Eran las únicas certezas en aquellas horas inciertas.

Antes de partir de Lima, Fujimori había encargado el despacho presidencial a su segundo vicepresidente, Ricardo Márquez, hasta el día 18. Estaba, más o menos previsto que, después de Brunei, el gobernante viajaría a Tokio para completar las gestiones de un préstamo en trámite ante el gobierno japonés y luego hasta Panamá, para la X Cumbre Iberoamericana, el 17 y 18 de noviembre. Más o menos. Pero Fujimori se quedó en Tokio. Hasta que, la mañana del domingo 19 de noviembre, el premier Salas Guevara llamó a la radio temprano para informar al país, a través de las ondas hertzianas, que el honorable primer mandatario de la República lo había llamado a él y al vicepresidente encargado del despacho presidencial, para comunicarles que renunciaba a la presidencia, se quedaba en Japón un tiempo más -indefinido- y que, en camino de vuelta, estaba un edecán con la carta de renuncia dirigida al presidente del Congreso, la cual adelantaba vía correo electrónico y fax.

Aquel domingo y lunes siguiente fueron de intensas reuniones, consultas y convocatorias, a la espera de la carta, la cual debía tramitarse formalmente. El martes 21, el Congreso de la República reunido en pleno debatió, desde las diez de la mañana, primero, aceptar la renuncia presentada hacia un mes por el primer vicepresidente, Francisco Tudela y, luego, una moción de vacancia presidencial tramitada a la par de la misiva que arribó desde Tokio. Votada aquella antes que esta, ya por la noche, a eso de las diez, el Congreso de la República declaró la vacancia presidencial de Alberto Fujimori por incapacidad moral para ejercer el cargo.

Al día siguiente quedaba aún un pequeño escollo más por salvar: Ricardo Márquez.

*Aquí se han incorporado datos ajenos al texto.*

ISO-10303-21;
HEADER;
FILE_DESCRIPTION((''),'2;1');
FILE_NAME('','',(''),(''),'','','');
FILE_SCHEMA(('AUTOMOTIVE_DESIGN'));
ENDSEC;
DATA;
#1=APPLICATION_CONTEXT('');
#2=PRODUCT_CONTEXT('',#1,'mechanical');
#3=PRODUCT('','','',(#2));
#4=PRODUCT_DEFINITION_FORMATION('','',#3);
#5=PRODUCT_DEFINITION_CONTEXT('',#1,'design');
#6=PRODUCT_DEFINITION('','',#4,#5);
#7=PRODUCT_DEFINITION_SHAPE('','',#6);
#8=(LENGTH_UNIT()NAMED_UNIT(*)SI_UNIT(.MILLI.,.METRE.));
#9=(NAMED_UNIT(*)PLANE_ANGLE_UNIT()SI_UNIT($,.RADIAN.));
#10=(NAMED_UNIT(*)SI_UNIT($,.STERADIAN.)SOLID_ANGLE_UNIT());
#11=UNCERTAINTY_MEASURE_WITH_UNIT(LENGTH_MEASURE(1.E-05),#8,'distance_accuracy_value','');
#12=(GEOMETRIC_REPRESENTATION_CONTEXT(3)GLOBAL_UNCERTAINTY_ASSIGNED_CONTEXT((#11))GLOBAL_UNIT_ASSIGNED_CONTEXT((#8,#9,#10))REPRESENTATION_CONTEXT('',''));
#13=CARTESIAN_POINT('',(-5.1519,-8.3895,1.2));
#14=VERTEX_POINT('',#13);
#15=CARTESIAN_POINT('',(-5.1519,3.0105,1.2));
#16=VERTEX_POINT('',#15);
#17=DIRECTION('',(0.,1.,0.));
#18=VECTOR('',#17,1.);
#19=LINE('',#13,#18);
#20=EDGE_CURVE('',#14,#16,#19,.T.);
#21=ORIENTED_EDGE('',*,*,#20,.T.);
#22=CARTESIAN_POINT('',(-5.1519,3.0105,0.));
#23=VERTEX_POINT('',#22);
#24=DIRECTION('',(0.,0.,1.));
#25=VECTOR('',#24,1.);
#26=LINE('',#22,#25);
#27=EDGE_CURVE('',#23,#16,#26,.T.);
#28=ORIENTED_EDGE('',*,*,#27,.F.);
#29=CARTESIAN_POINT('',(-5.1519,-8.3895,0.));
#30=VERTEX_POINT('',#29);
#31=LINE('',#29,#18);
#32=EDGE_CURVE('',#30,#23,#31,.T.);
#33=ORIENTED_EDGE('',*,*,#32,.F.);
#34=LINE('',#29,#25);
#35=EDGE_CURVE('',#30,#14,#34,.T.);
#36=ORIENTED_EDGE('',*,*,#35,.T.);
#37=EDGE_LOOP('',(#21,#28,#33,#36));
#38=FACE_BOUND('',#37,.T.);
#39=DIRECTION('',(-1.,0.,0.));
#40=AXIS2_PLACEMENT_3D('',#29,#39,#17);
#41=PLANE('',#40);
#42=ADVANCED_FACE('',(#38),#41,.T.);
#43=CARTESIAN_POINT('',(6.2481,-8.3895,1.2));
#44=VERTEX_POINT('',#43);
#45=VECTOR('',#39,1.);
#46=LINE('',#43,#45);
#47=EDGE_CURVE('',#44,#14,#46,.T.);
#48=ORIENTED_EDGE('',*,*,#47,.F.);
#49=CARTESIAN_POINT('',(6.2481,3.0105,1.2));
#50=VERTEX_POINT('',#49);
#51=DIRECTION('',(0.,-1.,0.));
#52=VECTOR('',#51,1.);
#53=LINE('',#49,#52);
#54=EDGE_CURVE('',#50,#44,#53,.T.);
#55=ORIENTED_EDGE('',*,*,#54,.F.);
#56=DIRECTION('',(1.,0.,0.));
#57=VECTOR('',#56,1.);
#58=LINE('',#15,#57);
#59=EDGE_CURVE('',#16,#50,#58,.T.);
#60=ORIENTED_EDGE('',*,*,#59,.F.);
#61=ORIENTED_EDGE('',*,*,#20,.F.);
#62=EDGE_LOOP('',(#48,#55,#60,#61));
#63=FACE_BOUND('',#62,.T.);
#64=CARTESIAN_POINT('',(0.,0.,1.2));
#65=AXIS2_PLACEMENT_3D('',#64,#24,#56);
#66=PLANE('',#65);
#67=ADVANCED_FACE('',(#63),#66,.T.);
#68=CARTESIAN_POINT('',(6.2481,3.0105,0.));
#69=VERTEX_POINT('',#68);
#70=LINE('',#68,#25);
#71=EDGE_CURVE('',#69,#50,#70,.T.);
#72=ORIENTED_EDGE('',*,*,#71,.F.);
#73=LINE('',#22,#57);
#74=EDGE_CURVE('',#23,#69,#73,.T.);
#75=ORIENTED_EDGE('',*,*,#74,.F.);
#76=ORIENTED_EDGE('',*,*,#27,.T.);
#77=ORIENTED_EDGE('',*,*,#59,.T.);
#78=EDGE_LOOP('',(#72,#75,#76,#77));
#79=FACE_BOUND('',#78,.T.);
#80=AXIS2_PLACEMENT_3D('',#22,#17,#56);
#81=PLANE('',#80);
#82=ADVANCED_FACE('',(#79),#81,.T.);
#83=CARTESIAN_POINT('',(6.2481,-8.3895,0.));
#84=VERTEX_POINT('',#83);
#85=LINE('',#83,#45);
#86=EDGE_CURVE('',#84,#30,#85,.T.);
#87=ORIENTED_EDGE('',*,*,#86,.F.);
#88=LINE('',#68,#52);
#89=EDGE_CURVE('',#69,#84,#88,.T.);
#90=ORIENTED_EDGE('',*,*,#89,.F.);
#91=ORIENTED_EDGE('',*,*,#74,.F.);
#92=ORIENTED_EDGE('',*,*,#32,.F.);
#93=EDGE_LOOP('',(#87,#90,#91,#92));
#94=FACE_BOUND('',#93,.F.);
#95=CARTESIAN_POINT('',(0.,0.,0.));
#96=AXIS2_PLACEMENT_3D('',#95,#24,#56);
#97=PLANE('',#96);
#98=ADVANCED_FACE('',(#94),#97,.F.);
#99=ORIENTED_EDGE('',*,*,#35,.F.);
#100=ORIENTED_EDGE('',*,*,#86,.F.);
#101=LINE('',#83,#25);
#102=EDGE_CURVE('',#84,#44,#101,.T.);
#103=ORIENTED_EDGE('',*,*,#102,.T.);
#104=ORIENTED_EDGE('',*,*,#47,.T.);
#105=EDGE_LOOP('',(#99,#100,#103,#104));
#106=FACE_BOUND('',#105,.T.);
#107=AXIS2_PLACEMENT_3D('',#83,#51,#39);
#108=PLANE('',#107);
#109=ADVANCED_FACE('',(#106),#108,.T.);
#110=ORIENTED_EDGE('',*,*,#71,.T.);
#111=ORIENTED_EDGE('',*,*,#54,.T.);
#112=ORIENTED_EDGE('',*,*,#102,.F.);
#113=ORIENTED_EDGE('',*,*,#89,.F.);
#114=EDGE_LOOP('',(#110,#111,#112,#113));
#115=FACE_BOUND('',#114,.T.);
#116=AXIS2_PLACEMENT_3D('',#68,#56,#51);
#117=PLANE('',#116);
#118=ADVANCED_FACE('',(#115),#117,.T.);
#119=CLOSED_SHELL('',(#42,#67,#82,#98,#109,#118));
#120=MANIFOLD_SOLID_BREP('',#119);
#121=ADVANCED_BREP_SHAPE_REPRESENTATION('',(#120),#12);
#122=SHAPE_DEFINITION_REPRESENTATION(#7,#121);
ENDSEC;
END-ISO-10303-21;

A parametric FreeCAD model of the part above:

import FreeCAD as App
import Part
import Sketcher

V = App.Vector
Q = App.Units.Quantity

doc = App.newDocument("Part")
params = doc.addObject("Spreadsheet::Sheet", "Params")
for row, (alias, value) in enumerate([
    ("sketch1_width", "11.4 mm"),
    ("pad1_length", "1.2 mm"),
], start=1):
    params.set(f"A{row}", alias)
    params.set(f"B{row}", "=" + value)
    params.setAlias(f"B{row}", alias)

body = doc.addObject("PartDesign::Body", "Body")

# Sketch on XY plane
sketch1 = doc.addObject("Sketcher::SketchObject", "Sketch")
body.addObject(sketch1)
sketch1.AttachmentSupport = (doc.XY_Plane, [""])
sketch1.MapMode = "FlatFace"
sketch1.addGeometry(Part.LineSegment(V(6.2481, 3.0105, 0), V(-5.1519, 3.0105, 0)), False)
sketch1.addGeometry(Part.LineSegment(V(-5.1519, 3.0105, 0), V(-5.1519, -8.3895, 0)), False)
sketch1.addGeometry(Part.LineSegment(V(-5.1519, -8.3895, 0), V(6.2481, -8.3895, 0)), False)
sketch1.addGeometry(Part.LineSegment(V(6.2481, -8.3895, 0), V(6.2481, 3.0105, 0)), False)
sketch1.addConstraint(Sketcher.Constraint("Coincident", 0, 2, 1, 1))
sketch1.addConstraint(Sketcher.Constraint("Coincident", 1, 2, 2, 1))
sketch1.addConstraint(Sketcher.Constraint("Coincident", 2, 2, 3, 1))
sketch1.addConstraint(Sketcher.Constraint("Coincident", 3, 2, 0, 1))
sketch1.addConstraint(Sketcher.Constraint("Horizontal", 0))
sketch1.addConstraint(Sketcher.Constraint("Vertical", 1))
sketch1.addConstraint(Sketcher.Constraint("Horizontal", 2))
sketch1.addConstraint(Sketcher.Constraint("Vertical", 3))
sketch1.addConstraint(Sketcher.Constraint("Equal", 2, 1))
sketch1.addConstraint(Sketcher.Constraint("DistanceX", 0, 2, 0, 1, Q("11.4 mm")))
sketch1.addConstraint(Sketcher.Constraint("DistanceX", 0, 2, -1, 1, Q("5.152 mm")))
sketch1.addConstraint(Sketcher.Constraint("DistanceY", -1, 1, 0, 2, Q("3.0105 mm")))
sketch1.setExpression("Constraints[9]", "Params.sketch1_width")
pad1 = doc.addObject("PartDesign::Pad", "Pad")
body.addObject(pad1)
pad1.Profile = sketch1
pad1.setExpression("Length", "Params.pad1_length")

doc.recompute()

Encargado del despacho, el menesteroso guardaba ingenuas esperanzas que el Congreso lo ratificara y, así, conducir la transición política hasta el 28 de julio siguiente. ¡Quimeras! Huérfano de respaldo hasta en su casa, no le quedó más que presentar su renuncia, aceptada por el Congreso esa mañana.

A la una de la tarde de aquel 22 de noviembre de 2000, siguiendo la línea de sucesión constitucional, el presidente del Congreso de la República, Valentín Paniagua Corazao, juramentó como presidente constitucional de la República.

º º º

El fin del decenio de Alberto Fujimori representaba un hito histórico que vivía de cerca, pues era ¡ya! en aquel momento, el segundo gobierno más largo de la República después del oncenio de Augusto B. Leguía.  Intensos meses de una experiencia única que, ahora, a la distancia y pensando en lo que viene, es invaluable.